WORK INSTRUCTIONS - When the line containing "f 424 337 336" appears in the entries below, begin printing there and stop after the line containing "f 71 285 388"; print each of those lines exactly and no other line.

DATASET RECORDS -
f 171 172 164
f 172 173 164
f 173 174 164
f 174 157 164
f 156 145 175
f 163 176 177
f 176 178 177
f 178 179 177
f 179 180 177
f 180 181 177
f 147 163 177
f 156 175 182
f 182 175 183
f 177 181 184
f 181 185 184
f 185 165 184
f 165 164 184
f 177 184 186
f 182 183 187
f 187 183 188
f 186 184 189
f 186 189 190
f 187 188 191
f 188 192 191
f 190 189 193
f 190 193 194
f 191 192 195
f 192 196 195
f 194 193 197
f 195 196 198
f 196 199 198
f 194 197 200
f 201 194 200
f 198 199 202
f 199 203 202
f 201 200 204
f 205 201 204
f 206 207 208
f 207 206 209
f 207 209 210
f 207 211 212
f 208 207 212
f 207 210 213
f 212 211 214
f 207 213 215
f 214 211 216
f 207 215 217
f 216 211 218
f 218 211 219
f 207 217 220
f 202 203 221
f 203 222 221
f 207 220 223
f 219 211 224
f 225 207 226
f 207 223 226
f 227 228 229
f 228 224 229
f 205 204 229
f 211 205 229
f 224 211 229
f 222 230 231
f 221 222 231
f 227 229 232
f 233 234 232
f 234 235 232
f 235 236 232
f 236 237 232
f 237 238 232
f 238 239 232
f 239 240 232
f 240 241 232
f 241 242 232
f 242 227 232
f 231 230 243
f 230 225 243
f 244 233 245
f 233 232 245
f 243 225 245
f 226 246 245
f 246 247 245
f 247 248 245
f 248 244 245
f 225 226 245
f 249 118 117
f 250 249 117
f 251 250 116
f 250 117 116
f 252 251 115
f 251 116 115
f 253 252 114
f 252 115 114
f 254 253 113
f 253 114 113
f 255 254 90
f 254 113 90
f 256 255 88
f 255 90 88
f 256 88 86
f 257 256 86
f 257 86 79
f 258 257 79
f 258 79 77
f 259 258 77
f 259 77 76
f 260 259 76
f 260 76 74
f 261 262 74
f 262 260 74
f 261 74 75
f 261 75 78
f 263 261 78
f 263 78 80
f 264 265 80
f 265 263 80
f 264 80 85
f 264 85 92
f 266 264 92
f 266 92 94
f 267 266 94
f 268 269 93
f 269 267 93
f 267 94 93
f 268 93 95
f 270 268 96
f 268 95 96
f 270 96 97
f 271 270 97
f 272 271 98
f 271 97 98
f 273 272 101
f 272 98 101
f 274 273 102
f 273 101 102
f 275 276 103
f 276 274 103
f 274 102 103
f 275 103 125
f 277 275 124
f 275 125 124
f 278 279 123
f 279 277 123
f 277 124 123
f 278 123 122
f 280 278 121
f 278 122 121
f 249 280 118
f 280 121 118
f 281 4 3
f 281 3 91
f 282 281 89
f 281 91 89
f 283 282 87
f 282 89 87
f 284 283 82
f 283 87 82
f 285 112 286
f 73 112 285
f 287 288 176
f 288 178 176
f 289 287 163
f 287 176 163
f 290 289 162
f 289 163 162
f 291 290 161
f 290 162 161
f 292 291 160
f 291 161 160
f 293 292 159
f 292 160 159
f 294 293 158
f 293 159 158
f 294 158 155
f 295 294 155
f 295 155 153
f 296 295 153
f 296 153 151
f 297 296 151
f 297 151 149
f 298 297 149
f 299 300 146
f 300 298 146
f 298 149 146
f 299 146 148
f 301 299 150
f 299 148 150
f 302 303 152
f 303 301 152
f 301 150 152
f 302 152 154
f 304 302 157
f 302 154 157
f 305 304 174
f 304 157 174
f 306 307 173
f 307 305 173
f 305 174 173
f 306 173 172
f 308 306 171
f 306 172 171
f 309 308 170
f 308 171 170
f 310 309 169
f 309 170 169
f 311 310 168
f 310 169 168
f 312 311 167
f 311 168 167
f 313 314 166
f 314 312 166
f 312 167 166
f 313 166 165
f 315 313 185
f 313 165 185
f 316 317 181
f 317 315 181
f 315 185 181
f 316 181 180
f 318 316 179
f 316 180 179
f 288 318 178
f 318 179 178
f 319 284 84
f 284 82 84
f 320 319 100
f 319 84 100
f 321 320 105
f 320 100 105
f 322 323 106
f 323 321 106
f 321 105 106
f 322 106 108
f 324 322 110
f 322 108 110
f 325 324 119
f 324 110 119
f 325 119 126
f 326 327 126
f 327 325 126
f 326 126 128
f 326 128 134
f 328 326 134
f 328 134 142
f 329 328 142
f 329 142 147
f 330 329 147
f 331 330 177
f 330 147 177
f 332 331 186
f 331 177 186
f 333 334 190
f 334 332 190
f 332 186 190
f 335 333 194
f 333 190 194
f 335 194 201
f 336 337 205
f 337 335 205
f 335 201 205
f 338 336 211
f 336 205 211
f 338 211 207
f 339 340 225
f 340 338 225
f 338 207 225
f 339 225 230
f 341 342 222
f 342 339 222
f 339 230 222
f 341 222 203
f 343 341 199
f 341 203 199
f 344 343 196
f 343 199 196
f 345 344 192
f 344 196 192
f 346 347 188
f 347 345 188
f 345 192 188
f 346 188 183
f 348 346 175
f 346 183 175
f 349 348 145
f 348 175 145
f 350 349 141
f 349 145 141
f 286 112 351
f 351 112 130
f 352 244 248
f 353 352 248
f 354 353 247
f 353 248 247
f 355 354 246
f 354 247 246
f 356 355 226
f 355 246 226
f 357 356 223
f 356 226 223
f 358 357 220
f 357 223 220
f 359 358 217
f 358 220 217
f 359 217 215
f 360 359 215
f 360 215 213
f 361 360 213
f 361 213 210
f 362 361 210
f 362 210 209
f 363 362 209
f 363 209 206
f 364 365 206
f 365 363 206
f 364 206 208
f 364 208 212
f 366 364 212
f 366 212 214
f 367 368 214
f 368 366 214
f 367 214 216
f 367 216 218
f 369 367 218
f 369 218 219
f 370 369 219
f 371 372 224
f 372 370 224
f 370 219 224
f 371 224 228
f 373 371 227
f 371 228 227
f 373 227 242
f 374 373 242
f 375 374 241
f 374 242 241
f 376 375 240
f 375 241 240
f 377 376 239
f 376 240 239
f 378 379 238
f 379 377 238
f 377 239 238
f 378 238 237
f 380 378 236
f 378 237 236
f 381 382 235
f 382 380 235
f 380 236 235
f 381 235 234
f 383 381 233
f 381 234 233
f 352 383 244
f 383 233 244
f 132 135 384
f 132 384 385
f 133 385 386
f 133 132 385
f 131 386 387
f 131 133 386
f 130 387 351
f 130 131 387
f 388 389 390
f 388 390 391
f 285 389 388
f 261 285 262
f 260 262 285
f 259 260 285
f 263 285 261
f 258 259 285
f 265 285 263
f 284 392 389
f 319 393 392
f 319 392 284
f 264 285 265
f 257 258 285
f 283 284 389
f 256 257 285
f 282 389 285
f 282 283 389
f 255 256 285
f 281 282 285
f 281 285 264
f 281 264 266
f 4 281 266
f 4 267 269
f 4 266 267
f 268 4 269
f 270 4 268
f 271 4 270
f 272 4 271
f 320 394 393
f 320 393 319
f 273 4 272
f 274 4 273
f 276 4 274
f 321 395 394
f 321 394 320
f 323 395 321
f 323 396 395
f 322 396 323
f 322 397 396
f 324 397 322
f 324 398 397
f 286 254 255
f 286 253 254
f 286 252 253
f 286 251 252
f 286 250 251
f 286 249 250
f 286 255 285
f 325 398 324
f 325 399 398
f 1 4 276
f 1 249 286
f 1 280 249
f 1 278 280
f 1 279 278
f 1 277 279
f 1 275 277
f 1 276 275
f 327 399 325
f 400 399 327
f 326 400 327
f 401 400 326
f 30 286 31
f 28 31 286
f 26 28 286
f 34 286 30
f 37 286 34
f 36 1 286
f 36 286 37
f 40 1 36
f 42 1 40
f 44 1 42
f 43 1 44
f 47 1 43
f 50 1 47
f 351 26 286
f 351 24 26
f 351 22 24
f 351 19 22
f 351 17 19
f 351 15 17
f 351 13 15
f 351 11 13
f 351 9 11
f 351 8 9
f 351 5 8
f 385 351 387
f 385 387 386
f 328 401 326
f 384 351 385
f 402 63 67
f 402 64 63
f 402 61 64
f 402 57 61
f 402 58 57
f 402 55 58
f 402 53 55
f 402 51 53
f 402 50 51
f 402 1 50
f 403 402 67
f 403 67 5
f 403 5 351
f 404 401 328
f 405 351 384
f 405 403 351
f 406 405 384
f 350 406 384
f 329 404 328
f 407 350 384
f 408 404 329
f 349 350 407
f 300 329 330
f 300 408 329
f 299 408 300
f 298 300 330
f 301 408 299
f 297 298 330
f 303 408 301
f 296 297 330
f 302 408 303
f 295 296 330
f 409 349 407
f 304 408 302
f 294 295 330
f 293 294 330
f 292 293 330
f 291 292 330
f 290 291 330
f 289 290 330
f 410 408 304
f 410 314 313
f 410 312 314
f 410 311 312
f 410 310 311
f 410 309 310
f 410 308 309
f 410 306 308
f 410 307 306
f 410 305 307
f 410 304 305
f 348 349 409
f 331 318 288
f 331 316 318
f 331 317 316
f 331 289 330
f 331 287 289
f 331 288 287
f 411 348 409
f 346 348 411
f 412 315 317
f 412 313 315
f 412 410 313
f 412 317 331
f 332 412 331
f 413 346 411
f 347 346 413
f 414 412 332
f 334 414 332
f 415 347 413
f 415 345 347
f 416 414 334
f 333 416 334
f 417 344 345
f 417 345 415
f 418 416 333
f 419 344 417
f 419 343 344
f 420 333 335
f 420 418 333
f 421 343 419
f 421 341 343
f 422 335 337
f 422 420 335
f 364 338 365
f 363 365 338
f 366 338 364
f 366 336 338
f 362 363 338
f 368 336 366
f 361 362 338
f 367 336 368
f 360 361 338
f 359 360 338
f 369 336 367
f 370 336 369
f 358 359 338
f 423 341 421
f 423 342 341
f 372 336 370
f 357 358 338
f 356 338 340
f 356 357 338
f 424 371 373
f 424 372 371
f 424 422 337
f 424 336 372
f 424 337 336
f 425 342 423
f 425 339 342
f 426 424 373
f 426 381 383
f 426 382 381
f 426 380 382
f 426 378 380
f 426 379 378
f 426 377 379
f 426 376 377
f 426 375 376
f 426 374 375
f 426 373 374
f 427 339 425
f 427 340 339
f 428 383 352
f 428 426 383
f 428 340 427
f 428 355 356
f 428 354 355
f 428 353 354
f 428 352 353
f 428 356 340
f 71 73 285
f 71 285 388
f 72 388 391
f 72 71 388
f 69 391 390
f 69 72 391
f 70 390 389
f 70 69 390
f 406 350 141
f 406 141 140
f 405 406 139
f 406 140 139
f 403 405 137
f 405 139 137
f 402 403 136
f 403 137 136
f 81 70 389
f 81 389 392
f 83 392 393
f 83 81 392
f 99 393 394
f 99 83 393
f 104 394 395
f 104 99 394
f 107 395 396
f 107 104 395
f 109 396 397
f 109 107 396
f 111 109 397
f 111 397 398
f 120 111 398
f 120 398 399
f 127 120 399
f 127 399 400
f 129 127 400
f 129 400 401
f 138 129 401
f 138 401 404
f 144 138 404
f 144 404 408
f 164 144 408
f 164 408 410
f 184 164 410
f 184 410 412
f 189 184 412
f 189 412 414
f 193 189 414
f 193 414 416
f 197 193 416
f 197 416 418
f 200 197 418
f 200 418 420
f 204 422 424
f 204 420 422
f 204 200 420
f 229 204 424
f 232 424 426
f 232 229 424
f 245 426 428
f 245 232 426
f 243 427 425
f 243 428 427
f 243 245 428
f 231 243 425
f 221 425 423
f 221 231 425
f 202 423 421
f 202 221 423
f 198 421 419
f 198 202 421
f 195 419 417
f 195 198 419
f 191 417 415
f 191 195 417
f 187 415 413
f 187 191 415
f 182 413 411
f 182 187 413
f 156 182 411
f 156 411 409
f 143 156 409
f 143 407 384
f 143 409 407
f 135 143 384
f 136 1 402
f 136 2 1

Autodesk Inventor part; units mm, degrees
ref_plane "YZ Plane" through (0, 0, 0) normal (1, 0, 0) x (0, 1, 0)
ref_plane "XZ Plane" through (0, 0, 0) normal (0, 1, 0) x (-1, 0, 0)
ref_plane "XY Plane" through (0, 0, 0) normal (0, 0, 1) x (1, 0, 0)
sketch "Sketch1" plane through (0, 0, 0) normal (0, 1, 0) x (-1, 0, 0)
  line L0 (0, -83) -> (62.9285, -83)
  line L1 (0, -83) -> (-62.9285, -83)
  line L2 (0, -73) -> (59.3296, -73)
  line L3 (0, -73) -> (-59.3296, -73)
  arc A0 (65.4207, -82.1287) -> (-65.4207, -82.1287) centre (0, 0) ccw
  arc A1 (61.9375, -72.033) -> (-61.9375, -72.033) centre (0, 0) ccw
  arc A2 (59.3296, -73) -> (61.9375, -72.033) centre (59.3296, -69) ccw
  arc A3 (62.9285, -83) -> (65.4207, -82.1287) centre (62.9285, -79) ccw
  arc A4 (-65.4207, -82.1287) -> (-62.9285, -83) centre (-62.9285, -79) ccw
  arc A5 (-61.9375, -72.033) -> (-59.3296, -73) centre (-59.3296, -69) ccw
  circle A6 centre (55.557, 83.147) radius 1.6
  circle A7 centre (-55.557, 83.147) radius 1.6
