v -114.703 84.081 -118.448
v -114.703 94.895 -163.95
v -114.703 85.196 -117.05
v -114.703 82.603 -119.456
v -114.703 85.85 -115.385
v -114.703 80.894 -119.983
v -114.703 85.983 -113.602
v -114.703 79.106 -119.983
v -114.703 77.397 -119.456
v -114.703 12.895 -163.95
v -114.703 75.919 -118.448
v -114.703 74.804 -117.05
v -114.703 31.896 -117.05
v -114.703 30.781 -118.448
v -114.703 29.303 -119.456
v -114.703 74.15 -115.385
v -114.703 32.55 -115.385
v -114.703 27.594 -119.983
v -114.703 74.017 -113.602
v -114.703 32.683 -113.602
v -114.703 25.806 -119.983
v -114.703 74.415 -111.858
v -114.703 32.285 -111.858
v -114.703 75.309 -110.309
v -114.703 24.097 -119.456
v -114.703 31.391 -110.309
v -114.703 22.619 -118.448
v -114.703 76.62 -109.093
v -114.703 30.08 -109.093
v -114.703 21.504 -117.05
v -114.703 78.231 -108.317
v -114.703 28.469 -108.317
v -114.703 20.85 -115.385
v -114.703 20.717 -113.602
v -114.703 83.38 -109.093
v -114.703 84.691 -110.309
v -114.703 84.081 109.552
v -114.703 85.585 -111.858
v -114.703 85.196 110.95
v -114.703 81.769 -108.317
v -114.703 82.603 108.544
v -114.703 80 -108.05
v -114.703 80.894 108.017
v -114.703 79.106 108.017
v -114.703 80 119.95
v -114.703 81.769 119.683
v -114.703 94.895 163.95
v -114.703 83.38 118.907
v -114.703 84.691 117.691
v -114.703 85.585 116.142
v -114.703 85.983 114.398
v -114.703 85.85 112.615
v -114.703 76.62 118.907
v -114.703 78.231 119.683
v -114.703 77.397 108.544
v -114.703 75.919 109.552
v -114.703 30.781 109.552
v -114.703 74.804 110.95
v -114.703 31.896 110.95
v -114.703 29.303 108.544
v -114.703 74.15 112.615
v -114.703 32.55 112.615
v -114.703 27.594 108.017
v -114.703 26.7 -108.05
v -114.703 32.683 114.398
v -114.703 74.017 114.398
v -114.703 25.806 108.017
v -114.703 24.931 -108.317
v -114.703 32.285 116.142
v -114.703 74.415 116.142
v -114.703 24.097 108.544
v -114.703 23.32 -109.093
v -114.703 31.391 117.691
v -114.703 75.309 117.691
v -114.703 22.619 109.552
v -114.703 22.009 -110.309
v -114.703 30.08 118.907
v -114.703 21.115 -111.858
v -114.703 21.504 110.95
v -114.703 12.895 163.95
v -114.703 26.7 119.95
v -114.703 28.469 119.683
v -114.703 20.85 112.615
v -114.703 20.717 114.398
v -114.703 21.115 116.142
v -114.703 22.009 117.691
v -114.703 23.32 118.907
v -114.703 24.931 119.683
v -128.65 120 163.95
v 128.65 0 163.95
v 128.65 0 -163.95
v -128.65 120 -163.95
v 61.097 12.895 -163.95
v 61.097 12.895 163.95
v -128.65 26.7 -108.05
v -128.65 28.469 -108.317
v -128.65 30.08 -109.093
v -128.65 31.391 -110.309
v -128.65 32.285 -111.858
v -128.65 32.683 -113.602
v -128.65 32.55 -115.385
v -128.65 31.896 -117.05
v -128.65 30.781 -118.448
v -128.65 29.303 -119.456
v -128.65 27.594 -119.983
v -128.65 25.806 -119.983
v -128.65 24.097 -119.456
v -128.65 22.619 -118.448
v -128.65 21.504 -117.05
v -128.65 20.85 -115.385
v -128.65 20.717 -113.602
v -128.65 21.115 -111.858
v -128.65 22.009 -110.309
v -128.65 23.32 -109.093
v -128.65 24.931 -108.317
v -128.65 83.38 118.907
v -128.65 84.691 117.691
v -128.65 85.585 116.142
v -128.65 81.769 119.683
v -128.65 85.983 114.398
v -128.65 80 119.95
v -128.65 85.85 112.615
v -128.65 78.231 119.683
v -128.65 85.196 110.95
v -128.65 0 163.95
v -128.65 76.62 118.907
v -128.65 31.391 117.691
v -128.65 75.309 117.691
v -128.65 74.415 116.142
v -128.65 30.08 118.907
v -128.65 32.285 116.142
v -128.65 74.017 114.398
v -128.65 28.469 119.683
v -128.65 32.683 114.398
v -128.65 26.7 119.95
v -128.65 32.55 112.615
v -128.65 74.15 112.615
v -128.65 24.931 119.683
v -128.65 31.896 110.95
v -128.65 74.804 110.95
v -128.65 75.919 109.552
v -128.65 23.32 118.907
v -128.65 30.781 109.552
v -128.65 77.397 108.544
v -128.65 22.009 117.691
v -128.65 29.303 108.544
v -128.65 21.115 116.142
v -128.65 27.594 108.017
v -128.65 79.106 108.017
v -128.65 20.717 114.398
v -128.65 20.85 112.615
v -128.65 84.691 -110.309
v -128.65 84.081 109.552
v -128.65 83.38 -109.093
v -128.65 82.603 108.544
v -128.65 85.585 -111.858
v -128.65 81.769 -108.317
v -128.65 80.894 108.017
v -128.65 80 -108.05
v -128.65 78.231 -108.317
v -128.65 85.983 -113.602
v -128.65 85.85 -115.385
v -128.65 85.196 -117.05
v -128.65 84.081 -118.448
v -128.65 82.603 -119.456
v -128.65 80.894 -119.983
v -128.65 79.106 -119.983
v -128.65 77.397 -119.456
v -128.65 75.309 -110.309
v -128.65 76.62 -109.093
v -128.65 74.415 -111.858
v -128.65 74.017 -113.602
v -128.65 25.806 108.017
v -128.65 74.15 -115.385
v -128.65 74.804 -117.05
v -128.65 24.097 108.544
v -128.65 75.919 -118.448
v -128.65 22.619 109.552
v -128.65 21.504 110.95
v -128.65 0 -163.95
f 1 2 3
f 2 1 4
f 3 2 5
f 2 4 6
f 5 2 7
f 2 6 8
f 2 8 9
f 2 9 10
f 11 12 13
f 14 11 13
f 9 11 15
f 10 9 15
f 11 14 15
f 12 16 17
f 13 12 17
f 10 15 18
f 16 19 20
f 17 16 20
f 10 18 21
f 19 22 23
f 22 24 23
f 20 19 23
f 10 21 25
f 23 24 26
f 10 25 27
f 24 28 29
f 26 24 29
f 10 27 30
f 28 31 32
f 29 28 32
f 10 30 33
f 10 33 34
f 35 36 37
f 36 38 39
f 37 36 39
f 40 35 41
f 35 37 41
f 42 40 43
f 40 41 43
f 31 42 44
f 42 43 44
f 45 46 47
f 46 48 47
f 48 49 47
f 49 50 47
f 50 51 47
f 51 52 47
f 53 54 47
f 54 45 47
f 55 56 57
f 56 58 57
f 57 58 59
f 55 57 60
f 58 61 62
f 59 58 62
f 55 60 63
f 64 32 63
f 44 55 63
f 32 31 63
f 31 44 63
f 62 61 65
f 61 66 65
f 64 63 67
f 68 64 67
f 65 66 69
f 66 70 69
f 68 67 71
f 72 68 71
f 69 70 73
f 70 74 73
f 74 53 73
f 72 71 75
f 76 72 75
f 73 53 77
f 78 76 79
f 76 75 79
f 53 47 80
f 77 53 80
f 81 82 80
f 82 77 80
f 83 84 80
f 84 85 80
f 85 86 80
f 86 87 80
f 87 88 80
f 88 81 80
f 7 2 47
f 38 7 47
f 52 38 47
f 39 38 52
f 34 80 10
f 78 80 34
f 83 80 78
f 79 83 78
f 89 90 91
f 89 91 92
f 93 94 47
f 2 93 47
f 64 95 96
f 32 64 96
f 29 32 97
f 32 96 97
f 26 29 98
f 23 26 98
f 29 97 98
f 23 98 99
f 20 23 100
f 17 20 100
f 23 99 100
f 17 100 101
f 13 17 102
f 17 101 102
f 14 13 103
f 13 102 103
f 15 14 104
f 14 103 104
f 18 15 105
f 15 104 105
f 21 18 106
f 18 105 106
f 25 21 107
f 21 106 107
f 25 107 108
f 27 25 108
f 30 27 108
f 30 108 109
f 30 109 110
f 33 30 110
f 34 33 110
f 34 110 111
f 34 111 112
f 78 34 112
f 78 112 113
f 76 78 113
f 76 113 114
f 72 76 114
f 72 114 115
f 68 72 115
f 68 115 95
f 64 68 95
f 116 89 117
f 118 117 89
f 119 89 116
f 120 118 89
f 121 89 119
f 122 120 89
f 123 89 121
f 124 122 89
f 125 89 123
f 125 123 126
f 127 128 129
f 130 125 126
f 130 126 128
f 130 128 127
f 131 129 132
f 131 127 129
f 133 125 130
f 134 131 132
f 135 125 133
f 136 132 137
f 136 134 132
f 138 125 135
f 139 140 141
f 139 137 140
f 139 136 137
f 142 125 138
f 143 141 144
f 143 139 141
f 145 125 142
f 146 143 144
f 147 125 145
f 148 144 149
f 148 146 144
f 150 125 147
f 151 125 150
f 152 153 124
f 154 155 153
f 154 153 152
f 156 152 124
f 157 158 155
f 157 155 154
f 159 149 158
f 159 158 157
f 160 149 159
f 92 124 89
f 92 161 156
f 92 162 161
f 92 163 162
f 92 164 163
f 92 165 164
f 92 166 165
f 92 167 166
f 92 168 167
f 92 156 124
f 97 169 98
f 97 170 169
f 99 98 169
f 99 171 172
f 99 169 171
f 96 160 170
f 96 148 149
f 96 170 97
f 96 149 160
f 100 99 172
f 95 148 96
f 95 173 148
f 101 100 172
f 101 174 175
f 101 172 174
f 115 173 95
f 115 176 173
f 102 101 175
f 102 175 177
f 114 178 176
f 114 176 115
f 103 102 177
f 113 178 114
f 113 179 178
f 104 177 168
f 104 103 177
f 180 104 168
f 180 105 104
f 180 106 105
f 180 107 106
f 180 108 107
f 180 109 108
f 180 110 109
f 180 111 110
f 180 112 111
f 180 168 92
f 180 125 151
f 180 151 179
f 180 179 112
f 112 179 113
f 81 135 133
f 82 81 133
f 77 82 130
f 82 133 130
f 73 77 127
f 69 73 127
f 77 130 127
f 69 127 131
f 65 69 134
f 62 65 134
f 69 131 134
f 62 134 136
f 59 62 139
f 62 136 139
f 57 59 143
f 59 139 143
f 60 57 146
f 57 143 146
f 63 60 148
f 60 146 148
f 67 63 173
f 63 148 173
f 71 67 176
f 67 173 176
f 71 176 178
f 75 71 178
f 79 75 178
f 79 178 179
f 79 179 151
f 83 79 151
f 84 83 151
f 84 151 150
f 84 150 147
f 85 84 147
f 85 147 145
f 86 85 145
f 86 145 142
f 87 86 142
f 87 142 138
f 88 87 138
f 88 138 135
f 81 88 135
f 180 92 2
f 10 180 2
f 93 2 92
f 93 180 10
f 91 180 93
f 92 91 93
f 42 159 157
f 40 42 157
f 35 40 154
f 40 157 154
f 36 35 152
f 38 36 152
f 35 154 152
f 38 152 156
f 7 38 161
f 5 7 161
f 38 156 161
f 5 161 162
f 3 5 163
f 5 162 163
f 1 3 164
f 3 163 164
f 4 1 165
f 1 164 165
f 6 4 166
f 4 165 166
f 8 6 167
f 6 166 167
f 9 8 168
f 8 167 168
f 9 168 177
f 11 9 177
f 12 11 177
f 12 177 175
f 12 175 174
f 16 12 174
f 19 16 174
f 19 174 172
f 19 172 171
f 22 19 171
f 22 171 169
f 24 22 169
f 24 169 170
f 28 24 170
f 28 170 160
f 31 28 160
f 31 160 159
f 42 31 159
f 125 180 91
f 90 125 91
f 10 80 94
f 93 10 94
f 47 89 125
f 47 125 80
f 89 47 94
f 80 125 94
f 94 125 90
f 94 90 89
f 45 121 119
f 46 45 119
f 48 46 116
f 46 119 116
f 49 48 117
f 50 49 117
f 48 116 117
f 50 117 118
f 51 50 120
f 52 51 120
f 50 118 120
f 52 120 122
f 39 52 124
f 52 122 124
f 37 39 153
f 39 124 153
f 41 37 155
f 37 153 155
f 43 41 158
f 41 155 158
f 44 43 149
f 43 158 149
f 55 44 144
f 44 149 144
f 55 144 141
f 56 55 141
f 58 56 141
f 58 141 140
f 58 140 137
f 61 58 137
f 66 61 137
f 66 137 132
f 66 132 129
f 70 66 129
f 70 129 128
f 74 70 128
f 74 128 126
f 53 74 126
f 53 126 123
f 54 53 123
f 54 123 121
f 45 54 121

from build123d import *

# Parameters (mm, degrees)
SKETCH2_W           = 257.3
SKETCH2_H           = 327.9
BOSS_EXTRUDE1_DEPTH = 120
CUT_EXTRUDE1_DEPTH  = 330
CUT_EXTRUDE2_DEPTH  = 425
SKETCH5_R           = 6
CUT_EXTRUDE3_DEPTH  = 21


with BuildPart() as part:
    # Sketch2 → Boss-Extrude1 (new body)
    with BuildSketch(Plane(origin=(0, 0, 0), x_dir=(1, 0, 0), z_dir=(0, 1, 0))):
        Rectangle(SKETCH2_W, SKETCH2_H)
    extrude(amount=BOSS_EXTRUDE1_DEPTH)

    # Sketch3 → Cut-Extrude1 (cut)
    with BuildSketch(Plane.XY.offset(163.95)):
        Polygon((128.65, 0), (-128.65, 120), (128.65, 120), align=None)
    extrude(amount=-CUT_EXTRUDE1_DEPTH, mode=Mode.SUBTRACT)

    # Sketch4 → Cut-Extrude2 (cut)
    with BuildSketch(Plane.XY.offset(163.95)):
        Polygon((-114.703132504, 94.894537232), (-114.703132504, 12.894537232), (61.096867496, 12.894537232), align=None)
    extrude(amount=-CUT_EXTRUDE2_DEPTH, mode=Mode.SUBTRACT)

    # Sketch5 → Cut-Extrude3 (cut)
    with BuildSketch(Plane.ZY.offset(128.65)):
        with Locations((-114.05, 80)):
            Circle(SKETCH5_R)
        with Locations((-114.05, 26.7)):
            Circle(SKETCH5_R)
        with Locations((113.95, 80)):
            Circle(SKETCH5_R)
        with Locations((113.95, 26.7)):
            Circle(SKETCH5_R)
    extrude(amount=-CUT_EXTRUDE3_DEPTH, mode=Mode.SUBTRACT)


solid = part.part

WRITTEN ANSWER -
f 424 337 336
f 425 342 423
f 425 339 342
f 426 424 373
f 426 381 383
f 426 382 381
f 426 380 382
f 426 378 380
f 426 379 378
f 426 377 379
f 426 376 377
f 426 375 376
f 426 374 375
f 426 373 374
f 427 339 425
f 427 340 339
f 428 383 352
f 428 426 383
f 428 340 427
f 428 355 356
f 428 354 355
f 428 353 354
f 428 352 353
f 428 356 340
f 71 73 285
f 71 285 388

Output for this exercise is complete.